The notion of balance and reciprocity, a founding pillar of our country, originates not from European ‘founders’ of Canada, but from First Nations. In return, we ensure a lack of balance and reciprocity toward these same people, and even choose to destroy these people. This is a betrayal that has lasted for centuries now.

Saul wonders if the crisis we face in Canada is not in the Aboriginal world, as we think, but in ourselves.

But is the more profound crisis not in the non-Aboriginal world? If not, why would we find it so difficult to listen – to listen seriously – to the points of view coming from the founding pillar of our civilization? Are we so insecure? So frightened to absorb views that after all have been central to Canada’s establishment and survival? Or is it a lack of sensibility? An emotional wall constructed unconsciously to protect ourselves from the reality of this place? Or a simple lack of consciousness? Or all of the above? 

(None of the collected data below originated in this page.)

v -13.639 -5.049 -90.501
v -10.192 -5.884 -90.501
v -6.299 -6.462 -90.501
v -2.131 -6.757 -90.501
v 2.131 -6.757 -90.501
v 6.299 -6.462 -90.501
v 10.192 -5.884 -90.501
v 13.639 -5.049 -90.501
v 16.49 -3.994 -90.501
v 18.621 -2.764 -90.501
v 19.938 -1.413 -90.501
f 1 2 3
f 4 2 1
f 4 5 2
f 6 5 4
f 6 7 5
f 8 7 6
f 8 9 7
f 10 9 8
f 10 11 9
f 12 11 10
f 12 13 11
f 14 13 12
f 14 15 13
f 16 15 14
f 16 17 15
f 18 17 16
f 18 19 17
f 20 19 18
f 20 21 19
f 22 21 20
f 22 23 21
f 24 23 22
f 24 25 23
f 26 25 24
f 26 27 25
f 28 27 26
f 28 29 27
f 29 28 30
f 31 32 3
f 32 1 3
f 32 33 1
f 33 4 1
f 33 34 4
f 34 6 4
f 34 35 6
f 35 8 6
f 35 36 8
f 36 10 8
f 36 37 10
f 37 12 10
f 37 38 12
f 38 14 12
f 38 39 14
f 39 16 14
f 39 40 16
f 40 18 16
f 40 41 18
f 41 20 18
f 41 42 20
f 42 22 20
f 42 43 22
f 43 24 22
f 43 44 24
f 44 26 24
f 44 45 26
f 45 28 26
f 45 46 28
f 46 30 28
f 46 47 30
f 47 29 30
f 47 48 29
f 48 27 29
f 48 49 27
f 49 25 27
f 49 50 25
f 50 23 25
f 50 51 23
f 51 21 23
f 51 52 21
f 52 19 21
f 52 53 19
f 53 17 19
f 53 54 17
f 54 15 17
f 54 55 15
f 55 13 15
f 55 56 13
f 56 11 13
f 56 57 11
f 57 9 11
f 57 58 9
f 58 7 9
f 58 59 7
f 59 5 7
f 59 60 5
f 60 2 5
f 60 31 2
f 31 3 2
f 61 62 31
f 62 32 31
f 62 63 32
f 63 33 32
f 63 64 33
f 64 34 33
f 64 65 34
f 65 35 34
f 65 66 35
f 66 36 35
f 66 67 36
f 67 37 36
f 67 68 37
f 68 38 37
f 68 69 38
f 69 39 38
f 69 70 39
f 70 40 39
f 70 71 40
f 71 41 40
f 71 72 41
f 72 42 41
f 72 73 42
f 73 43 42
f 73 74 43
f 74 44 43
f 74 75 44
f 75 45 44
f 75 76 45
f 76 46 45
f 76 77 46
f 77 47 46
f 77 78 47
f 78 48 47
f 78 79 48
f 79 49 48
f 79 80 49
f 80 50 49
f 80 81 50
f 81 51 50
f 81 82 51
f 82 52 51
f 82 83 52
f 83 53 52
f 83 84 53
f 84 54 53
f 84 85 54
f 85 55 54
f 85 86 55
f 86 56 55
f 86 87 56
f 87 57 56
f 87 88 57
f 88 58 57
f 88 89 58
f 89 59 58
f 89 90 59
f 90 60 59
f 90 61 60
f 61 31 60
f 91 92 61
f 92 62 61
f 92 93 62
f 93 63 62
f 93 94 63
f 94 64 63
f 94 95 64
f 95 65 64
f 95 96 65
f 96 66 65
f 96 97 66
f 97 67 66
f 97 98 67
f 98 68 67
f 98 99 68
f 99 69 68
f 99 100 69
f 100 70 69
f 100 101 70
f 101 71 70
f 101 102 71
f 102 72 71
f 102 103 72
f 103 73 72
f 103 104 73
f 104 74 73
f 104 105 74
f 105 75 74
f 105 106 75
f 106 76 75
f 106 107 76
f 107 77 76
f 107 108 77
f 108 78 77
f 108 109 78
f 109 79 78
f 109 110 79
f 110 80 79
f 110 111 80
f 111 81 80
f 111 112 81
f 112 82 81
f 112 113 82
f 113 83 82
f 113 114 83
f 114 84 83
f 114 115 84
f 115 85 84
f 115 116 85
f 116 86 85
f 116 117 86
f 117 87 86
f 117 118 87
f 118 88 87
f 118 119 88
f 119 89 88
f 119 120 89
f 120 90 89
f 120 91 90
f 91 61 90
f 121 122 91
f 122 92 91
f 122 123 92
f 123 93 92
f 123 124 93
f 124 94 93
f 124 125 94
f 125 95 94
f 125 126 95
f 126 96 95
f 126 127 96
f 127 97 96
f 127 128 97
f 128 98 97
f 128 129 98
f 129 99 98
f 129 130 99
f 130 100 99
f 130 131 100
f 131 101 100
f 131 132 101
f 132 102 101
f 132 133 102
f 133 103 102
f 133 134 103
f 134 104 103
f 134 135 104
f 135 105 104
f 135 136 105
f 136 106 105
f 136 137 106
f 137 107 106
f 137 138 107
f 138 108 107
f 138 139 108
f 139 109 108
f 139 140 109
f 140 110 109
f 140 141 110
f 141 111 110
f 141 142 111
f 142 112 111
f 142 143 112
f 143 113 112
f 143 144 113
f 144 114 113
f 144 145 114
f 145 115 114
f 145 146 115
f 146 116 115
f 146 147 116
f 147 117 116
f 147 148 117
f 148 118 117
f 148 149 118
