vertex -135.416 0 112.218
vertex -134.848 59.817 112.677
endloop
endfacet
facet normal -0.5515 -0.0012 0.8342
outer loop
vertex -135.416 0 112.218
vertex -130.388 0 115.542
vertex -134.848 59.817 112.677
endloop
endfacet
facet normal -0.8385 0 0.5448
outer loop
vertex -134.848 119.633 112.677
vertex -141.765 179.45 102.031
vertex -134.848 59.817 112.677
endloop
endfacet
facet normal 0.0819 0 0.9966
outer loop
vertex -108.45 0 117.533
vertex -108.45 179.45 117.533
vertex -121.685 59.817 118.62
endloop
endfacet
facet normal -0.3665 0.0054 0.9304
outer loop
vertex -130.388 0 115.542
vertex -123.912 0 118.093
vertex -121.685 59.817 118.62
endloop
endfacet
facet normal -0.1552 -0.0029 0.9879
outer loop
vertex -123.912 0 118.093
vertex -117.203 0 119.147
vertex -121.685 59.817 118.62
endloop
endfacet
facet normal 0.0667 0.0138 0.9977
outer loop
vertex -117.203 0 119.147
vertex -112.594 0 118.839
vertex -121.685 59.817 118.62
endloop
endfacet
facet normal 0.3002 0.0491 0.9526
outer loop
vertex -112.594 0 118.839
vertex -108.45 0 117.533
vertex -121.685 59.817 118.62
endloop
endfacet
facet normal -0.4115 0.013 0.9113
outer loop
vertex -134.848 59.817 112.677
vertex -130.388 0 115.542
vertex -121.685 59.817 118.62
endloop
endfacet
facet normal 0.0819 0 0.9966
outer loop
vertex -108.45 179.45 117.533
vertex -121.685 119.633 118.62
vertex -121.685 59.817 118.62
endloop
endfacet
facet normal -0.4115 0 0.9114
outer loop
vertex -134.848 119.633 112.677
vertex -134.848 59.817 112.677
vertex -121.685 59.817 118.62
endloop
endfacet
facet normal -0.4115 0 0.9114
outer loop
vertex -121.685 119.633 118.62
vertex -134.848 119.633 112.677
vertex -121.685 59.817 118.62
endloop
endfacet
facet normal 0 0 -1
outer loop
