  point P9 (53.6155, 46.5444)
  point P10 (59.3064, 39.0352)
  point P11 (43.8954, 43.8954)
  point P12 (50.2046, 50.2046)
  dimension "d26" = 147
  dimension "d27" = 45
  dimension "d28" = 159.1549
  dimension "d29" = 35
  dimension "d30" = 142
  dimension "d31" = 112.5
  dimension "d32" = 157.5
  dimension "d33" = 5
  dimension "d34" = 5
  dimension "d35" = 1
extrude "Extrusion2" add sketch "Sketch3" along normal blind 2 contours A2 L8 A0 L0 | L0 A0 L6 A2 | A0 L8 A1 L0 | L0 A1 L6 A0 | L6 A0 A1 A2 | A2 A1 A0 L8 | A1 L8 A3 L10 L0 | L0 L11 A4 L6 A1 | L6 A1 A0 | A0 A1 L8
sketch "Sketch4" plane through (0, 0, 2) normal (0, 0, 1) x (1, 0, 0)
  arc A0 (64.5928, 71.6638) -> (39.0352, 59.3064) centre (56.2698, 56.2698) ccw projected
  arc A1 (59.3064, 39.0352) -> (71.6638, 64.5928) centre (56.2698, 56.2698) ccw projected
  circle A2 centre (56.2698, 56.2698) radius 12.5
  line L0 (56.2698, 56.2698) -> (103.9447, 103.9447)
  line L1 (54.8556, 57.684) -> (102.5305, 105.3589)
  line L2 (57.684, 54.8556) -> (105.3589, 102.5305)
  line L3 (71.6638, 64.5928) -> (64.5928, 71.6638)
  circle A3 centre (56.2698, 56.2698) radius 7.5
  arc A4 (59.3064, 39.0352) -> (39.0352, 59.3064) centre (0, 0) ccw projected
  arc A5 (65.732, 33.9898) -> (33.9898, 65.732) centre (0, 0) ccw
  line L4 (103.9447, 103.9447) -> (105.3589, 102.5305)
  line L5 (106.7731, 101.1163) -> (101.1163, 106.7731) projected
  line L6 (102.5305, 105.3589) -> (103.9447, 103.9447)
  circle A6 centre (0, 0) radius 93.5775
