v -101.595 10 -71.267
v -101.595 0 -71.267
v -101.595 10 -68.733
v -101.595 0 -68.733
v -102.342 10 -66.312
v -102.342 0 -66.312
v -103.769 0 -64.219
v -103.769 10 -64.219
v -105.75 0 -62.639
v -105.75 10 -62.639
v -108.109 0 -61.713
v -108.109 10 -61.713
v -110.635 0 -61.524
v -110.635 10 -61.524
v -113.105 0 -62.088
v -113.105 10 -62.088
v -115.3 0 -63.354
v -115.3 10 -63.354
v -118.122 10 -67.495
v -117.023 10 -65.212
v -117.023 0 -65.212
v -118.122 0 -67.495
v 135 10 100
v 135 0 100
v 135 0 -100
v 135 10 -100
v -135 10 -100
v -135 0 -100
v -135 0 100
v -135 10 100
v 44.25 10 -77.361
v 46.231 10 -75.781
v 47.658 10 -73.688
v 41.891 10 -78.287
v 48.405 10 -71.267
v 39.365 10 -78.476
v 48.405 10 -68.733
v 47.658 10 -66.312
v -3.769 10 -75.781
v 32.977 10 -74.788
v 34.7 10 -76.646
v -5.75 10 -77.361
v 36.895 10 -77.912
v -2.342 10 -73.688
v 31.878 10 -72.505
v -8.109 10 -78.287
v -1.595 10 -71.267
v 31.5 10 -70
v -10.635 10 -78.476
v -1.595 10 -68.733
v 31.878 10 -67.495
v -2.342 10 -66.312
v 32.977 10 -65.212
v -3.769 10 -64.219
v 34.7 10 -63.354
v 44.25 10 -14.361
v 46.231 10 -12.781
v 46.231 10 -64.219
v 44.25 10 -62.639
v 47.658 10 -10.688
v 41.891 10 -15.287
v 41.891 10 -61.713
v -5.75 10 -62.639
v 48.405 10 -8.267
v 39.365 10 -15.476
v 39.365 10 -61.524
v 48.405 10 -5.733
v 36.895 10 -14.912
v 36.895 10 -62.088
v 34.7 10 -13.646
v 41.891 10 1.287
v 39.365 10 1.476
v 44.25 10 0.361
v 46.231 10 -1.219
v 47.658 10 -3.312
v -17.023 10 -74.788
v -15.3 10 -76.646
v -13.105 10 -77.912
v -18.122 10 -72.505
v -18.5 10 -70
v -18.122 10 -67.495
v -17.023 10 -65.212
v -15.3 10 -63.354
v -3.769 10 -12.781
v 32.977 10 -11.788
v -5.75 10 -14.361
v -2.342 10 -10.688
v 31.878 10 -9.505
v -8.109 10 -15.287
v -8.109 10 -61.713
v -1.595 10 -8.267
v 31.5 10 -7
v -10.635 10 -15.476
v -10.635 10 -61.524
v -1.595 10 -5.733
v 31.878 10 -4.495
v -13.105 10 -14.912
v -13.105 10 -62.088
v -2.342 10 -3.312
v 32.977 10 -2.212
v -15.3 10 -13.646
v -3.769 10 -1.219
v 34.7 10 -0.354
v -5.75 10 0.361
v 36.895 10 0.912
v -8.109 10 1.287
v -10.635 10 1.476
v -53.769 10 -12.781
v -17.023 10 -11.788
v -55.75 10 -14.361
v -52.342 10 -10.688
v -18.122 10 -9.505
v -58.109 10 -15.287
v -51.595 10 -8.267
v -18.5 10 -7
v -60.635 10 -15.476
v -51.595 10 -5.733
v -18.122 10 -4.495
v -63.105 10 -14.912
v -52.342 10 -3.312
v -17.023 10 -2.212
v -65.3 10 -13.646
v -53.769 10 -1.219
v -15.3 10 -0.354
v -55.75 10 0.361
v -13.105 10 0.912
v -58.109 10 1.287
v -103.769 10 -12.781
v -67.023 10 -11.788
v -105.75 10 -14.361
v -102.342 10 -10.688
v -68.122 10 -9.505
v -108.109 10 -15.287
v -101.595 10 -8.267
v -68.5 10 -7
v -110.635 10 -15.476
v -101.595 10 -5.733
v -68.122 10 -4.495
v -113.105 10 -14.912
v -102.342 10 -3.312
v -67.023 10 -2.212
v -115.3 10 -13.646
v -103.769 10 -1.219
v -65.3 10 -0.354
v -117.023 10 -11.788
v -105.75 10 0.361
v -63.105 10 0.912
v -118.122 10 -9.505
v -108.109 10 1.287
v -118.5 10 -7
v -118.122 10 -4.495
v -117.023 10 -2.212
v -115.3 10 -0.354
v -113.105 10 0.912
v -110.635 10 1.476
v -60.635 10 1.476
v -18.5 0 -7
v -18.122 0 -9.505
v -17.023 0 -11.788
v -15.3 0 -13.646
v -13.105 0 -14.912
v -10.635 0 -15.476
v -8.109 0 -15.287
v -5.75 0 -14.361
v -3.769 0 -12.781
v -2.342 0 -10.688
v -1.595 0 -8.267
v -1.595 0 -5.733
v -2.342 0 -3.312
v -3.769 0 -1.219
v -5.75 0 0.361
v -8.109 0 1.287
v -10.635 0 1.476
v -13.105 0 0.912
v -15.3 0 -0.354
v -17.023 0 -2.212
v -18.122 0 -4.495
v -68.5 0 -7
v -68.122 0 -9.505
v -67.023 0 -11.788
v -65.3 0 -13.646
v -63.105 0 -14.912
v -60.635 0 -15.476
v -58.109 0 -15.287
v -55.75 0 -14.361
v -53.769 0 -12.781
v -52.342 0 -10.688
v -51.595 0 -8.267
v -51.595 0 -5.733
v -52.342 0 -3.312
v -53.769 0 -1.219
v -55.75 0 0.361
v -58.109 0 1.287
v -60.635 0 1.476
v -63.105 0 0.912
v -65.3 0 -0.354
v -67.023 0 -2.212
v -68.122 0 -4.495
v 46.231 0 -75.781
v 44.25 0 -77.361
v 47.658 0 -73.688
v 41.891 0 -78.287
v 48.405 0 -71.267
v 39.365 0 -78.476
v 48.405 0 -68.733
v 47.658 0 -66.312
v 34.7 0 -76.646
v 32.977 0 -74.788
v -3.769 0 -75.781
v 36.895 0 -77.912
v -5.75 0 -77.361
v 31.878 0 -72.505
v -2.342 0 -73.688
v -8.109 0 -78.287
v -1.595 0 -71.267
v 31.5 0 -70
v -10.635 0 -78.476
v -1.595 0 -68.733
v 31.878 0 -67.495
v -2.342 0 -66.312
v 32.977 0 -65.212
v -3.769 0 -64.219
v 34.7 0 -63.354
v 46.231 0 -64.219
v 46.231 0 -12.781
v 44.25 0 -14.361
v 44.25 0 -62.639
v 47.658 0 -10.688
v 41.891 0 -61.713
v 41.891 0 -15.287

And the words of Grand Chief David Courchene in 1971, as cited by Saul:

We ask you for assistance for the good of all Canada and as a moral obligation resulting from injustice in the past, but such assistance must be based upon this understanding. If this can be done, we shall continue to commit ourselves to a spirit of cooperation. 
Only thus can hope be bright that there might come a tomorrow when you, the descendants of the settlers of our lands, can say to the world, Look, we came and were welcomed, and then we wrought much despair, but we are also men of honour and integrity and we set to work in cooperation, we listened and we learned, we gave our support, and today we live in harmony with the first people of this land who now call us, brothers. 
We hope that tomorrow will come. 

These Saul stories are the stories of my Soul, my desire to draw on the Indigenous nature of me, the land I call home, and the Indigenous people who were here before my descendants. These Saul stories point me to a new place for me and my work as a non-Aboriginal Canadian, to restore the principles of balance and reciprocity that are the foundational pillars of Canada.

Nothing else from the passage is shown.